> What the task asks
What lines in the following entries hold the word "Rectangle"? Copy each one.

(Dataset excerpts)
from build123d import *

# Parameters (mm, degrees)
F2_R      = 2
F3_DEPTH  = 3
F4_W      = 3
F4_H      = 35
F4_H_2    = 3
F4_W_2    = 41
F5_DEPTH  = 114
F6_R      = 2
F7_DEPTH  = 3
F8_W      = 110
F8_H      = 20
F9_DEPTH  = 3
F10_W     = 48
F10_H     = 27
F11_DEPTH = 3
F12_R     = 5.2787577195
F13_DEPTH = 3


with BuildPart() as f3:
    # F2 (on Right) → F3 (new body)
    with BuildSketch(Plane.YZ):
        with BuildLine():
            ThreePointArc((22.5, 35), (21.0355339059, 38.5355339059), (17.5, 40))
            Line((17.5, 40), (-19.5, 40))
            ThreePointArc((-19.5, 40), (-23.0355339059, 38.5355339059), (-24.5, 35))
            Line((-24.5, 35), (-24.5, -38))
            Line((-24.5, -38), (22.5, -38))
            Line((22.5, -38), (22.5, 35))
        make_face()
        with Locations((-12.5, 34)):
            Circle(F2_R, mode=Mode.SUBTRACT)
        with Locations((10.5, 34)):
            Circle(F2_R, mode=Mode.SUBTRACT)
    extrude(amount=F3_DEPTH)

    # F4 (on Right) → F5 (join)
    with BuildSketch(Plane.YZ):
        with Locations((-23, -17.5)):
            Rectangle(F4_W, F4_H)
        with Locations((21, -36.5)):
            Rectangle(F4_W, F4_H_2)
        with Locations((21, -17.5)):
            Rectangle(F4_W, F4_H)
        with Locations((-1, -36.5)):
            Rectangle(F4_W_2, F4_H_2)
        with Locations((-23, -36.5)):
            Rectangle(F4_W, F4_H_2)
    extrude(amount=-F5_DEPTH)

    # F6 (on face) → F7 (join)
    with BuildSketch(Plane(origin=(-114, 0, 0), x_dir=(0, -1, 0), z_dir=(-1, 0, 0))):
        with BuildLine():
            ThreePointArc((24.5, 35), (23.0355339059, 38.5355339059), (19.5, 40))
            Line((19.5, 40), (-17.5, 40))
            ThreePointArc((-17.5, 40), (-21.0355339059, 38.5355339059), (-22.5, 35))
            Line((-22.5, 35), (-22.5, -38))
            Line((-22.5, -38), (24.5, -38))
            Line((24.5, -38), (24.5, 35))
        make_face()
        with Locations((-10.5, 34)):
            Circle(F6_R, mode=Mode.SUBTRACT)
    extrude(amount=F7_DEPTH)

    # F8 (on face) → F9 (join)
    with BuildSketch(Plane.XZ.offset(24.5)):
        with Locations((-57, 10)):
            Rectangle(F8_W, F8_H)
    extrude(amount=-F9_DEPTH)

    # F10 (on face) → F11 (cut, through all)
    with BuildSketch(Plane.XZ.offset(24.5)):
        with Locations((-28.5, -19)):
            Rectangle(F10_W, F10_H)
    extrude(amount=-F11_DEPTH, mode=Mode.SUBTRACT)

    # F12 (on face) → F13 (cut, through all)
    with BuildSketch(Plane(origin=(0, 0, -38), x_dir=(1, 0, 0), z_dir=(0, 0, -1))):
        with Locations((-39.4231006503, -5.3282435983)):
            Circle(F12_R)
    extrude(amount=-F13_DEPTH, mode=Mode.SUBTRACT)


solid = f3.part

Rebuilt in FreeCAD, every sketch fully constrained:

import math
import FreeCAD as App
import Part
import Sketcher

V = App.Vector

doc = App.newDocument("Part")
body = doc.addObject("PartDesign::Body", "Body")

# Sketch on YZ plane
sketch1 = doc.addObject("Sketcher::SketchObject", "Sketch")
body.addObject(sketch1)
sketch1.AttachmentSupport = (doc.YZ_Plane, [""])
sketch1.MapMode = "FlatFace"
sketch1.addGeometry([
    Part.ArcOfCircle(Part.Circle(V(17.5, 35, 0), V(0, 0, 1), 5), math.radians(0), math.radians(90)),  # 0
    Part.LineSegment(V(17.5, 40, 0), V(-19.5, 40, 0)),  # 1
    Part.ArcOfCircle(Part.Circle(V(-19.5, 35, 0), V(0, 0, 1), 5), math.radians(90), math.radians(180)),  # 2
    Part.LineSegment(V(-24.5, 35, 0), V(-24.5, -38, 0)),  # 3
    Part.LineSegment(V(-24.5, -38, 0), V(22.5, -38, 0)),  # 4
    Part.LineSegment(V(22.5, -38, 0), V(22.5, 35, 0)),  # 5
    Part.Circle(V(-12.5, 34, 0), V(0, 0, 1), 2),  # 6
    Part.Circle(V(10.5, 34, 0), V(0, 0, 1), 2),  # 7
], False)
sketch1.addConstraint([
    Sketcher.Constraint("Tangent", 0, 2, 1, 1),
    Sketcher.Constraint("Tangent", 1, 2, 2, 1),
    Sketcher.Constraint("Tangent", 2, 2, 3, 1),
    Sketcher.Constraint("Coincident", 3, 2, 4, 1),
    Sketcher.Constraint("Coincident", 4, 2, 5, 1),
    Sketcher.Constraint("Tangent", 5, 2, 0, 1),
    Sketcher.Constraint("Horizontal", 1),
    Sketcher.Constraint("Vertical", 3),
    Sketcher.Constraint("Horizontal", 4),
    Sketcher.Constraint("Vertical", 5),
    Sketcher.Constraint("Equal", 0, 2),
    Sketcher.Constraint("Equal", 6, 7),
    Sketcher.Constraint("Horizontal", 6, 3, 7, 3),
    Sketcher.Constraint("Diameter", 6, 4.0),
    Sketcher.Constraint("Radius", 0, 5.0),
    Sketcher.Constraint("DistanceX", 1, 2, 1, 1, 37.0),
    Sketcher.Constraint("DistanceY", 3, 2, 3, 1, 73.0),
    Sketcher.Constraint("DistanceY", -1, 1, 0, 3, 35.0),
    Sketcher.Constraint("DistanceY", -1, 1, 6, 3, 34.0),
    Sketcher.Constraint("DistanceX", 2, 3, 6, 3, 7.0),
    Sketcher.Constraint("DistanceX", 7, 3, 0, 3, 7.0),
    Sketcher.Constraint("DistanceX", -1, 1, 0, 3, 17.5),
])
pad1 = doc.addObject("PartDesign::Pad", "Pad")
body.addObject(pad1)
pad1.Profile = sketch1
pad1.Length = 3

# Sketch on YZ plane
sketch2 = doc.addObject("Sketcher::SketchObject", "Sketch001")
body.addObject(sketch2)
sketch2.AttachmentSupport = (doc.YZ_Plane, [""])
sketch2.MapMode = "FlatFace"
sketch2.addGeometry([
    Part.LineSegment(V(-24.5, 0, 0), V(-24.5, -38, 0)),  # 0
    Part.LineSegment(V(-24.5, -38, 0), V(22.5, -38, 0)),  # 1
    Part.LineSegment(V(22.5, -38, 0), V(22.5, 0, 0)),  # 2
    Part.LineSegment(V(22.5, 0, 0), V(19.5, 0, 0)),  # 3
    Part.LineSegment(V(19.5, 0, 0), V(19.5, -35, 0)),  # 4
    Part.LineSegment(V(19.5, -35, 0), V(-21.5, -35, 0)),  # 5
    Part.LineSegment(V(-21.5, -35, 0), V(-21.5, 0, 0)),  # 6
    Part.LineSegment(V(-21.5, 0, 0), V(-24.5, 0, 0)),  # 7
], False)
sketch2.addConstraint([
    Sketcher.Constraint("Coincident", 0, 2, 1, 1),
    Sketcher.Constraint("Coincident", 1, 2, 2, 1),
    Sketcher.Constraint("Coincident", 2, 2, 3, 1),
    Sketcher.Constraint("Coincident", 3, 2, 4, 1),
    Sketcher.Constraint("Coincident", 4, 2, 5, 1),
    Sketcher.Constraint("Coincident", 5, 2, 6, 1),
    Sketcher.Constraint("Coincident", 6, 2, 7, 1),
    Sketcher.Constraint("Coincident", 7, 2, 0, 1),
    Sketcher.Constraint("Vertical", 0),
    Sketcher.Constraint("Horizontal", 1),
    Sketcher.Constraint("Vertical", 2),
    Sketcher.Constraint("Horizontal", 3),
    Sketcher.Constraint("Vertical", 4),
    Sketcher.Constraint("Horizontal", 5),
    Sketcher.Constraint("Vertical", 6),
    Sketcher.Constraint("Horizontal", 7),
    Sketcher.Constraint("PointOnObject", 2, 2, -1),
    Sketcher.Constraint("PointOnObject", 6, 2, -1),
    Sketcher.Constraint("Equal", 3, 7),
    Sketcher.Constraint("DistanceX", 1, 1, 1, 2, 47.0),
    Sketcher.Constraint("DistanceX", 3, 2, 3, 1, 3.0),
    Sketcher.Constraint("DistanceY", 0, 2, 0, 1, 38.0),
    Sketcher.Constraint("DistanceY", 4, 2, 4, 1, 35.0),
    Sketcher.Constraint("DistanceX", 0, 2, -1, 1, 24.5),
])
pad2 = doc.addObject("PartDesign::Pad", "Pad001")
body.addObject(pad2)
pad2.Profile = sketch2
pad2.Length = 114
pad2.Reversed = True

# Sketch on YZ plane
sketch3 = doc.addObject("Sketcher::SketchObject", "Sketch002")
body.addObject(sketch3)
sketch3.AttachmentSupport = (doc.YZ_Plane, [""])
sketch3.MapMode = "FlatFace"
sketch3.AttachmentOffset = App.Placement(V(0, 0, -114), App.Rotation())
sketch3.addGeometry([
    Part.ArcOfCircle(Part.Circle(V(-19.5, 35, 0), V(0, 0, 1), 5), math.radians(90), math.radians(180)),  # 0
    Part.LineSegment(V(-19.5, 40, 0), V(17.5, 40, 0)),  # 1
    Part.ArcOfCircle(Part.Circle(V(17.5, 35, 0), V(0, 0, 1), 5), math.radians(0), math.radians(90)),  # 2
    Part.LineSegment(V(22.5, 35, 0), V(22.5, -38, 0)),  # 3
    Part.LineSegment(V(22.5, -38, 0), V(-24.5, -38, 0)),  # 4
    Part.LineSegment(V(-24.5, -38, 0), V(-24.5, 35, 0)),  # 5
    Part.Circle(V(10.5, 34, 0), V(0, 0, 1), 2),  # 6
], False)
sketch3.addConstraint([
    Sketcher.Constraint("Tangent", 0, 1, 1, 1),
    Sketcher.Constraint("Tangent", 1, 2, 2, 2),
    Sketcher.Constraint("Tangent", 2, 1, 3, 1),
    Sketcher.Constraint("Coincident", 3, 2, 4, 1),
    Sketcher.Constraint("Coincident", 4, 2, 5, 1),
    Sketcher.Constraint("Tangent", 5, 2, 0, 2),
    Sketcher.Constraint("Horizontal", 1),
    Sketcher.Constraint("Vertical", 3),
    Sketcher.Constraint("Horizontal", 4),
    Sketcher.Constraint("Vertical", 5),
    Sketcher.Constraint("Equal", 0, 2),
    Sketcher.Constraint("Diameter", 6, 4.0),
    Sketcher.Constraint("Radius", 0, 5.0),
    Sketcher.Constraint("DistanceX", 1, 1, 1, 2, 37.0),
    Sketcher.Constraint("DistanceY", 3, 2, 3, 1, 73.0),
    Sketcher.Constraint("DistanceY", -1, 1, 0, 3, 35.0),
    Sketcher.Constraint("DistanceY", -1, 1, 6, 3, 34.0),
    Sketcher.Constraint("DistanceX", 6, 3, 2, 3, 7.0),
    Sketcher.Constraint("DistanceX", 0, 3, -1, 1, 19.5),
])
pad3 = doc.addObject("PartDesign::Pad", "Pad002")
body.addObject(pad3)
pad3.Profile = sketch3
pad3.Length = 3
pad3.Reversed = True

# Sketch on XZ plane
sketch4 = doc.addObject("Sketcher::SketchObject", "Sketch003")
body.addObject(sketch4)
sketch4.AttachmentSupport = (doc.XZ_Plane, [""])
sketch4.MapMode = "FlatFace"
sketch4.AttachmentOffset = App.Placement(V(0, 0, 24.5), App.Rotation())
sketch4.addGeometry([
    Part.LineSegment(V(-112, 20, 0), V(-112, 0, 0)),
    Part.LineSegment(V(-112, 0, 0), V(-2, 0, 0)),
    Part.LineSegment(V(-2, 0, 0), V(-2, 20, 0)),
    Part.LineSegment(V(-2, 20, 0), V(-112, 20, 0)),
], False)
sketch4.addConstraint([
    Sketcher.Constraint("Coincident", 0, 2, 1, 1),
    Sketcher.Constraint("Coincident", 1, 2, 2, 1),
    Sketcher.Constraint("Coincident", 2, 2, 3, 1),
    Sketcher.Constraint("Coincident", 3, 2, 0, 1),
    Sketcher.Constraint("Vertical", 0),
    Sketcher.Constraint("Horizontal", 1),
    Sketcher.Constraint("Vertical", 2),
    Sketcher.Constraint("Horizontal", 3),
    Sketcher.Constraint("PointOnObject", 0, 2, -1),
    Sketcher.Constraint("DistanceX", 1, 1, 1, 2, 110.0),
    Sketcher.Constraint("DistanceY", 0, 2, 0, 1, 20.0),
    Sketcher.Constraint("DistanceX", 0, 2, -1, 1, 112.0),
])
pad4 = doc.addObject("PartDesign::Pad", "Pad003")
body.addObject(pad4)
pad4.Profile = sketch4
pad4.Length = 3
pad4.Reversed = True

# Sketch on XZ plane
sketch5 = doc.addObject("Sketcher::SketchObject", "Sketch004")
body.addObject(sketch5)
sketch5.AttachmentSupport = (doc.XZ_Plane, [""])
sketch5.MapMode = "FlatFace"
sketch5.AttachmentOffset = App.Placement(V(0, 0, 24.5), App.Rotation())
sketch5.addGeometry([
    Part.LineSegment(V(-52, -6, 0), V(-52, -32, 0)),
    Part.LineSegment(V(-52, -32, 0), V(-4, -32, 0)),
    Part.LineSegment(V(-4, -32, 0), V(-4, -6, 0)),
    Part.LineSegment(V(-4, -6, 0), V(-52, -6, 0)),
], False)
sketch5.addConstraint([
    Sketcher.Constraint("Coincident", 0, 2, 1, 1),
    Sketcher.Constraint("Coincident", 1, 2, 2, 1),
    Sketcher.Constraint("Coincident", 2, 2, 3, 1),
    Sketcher.Constraint("Coincident", 3, 2, 0, 1),
    Sketcher.Constraint("Vertical", 0),
    Sketcher.Constraint("Horizontal", 1),
    Sketcher.Constraint("Vertical", 2),
    Sketcher.Constraint("Horizontal", 3),
    Sketcher.Constraint("DistanceX", 1, 1, 1, 2, 48.0),
    Sketcher.Constraint("DistanceY", 0, 2, 0, 1, 27.0),
    Sketcher.Constraint("DistanceX", 0, 2, -1, 1, 52.5),
    Sketcher.Constraint("DistanceY", 0, 2, -1, 1, 32.5),
])
pocket1 = doc.addObject("PartDesign::Pocket", "Pocket")
body.addObject(pocket1)
pocket1.Profile = sketch5
pocket1.Length = 3

# Sketch on XY plane
sketch6 = doc.addObject("Sketcher::SketchObject", "Sketch005")
body.addObject(sketch6)
sketch6.AttachmentSupport = (doc.XY_Plane, [""])
sketch6.MapMode = "FlatFace"
sketch6.AttachmentOffset = App.Placement(V(0, 0, -38), App.Rotation())
sketch6.addGeometry(Part.Circle(V(-39, 5, 0), V(0, 0, 1), 5), False)
sketch6.addConstraint([
    Sketcher.Constraint("Diameter", 0, 10.557515),
    Sketcher.Constraint("DistanceX", 0, 3, -1, 1, 39.423101),
    Sketcher.Constraint("DistanceY", -1, 1, 0, 3, 5.328244),
])
pocket2 = doc.addObject("PartDesign::Pocket", "Pocket001")
body.addObject(pocket2)
pocket2.Profile = sketch6
pocket2.Type = "ThroughAll"
pocket2.Reversed = True

doc.recompute()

> Solved problem
            Rectangle(F4_W, F4_H)
            Rectangle(F4_W, F4_H_2)
            Rectangle(F4_W, F4_H)
            Rectangle(F4_W_2, F4_H_2)
            Rectangle(F4_W, F4_H_2)
            Rectangle(F8_W, F8_H)
            Rectangle(F10_W, F10_H)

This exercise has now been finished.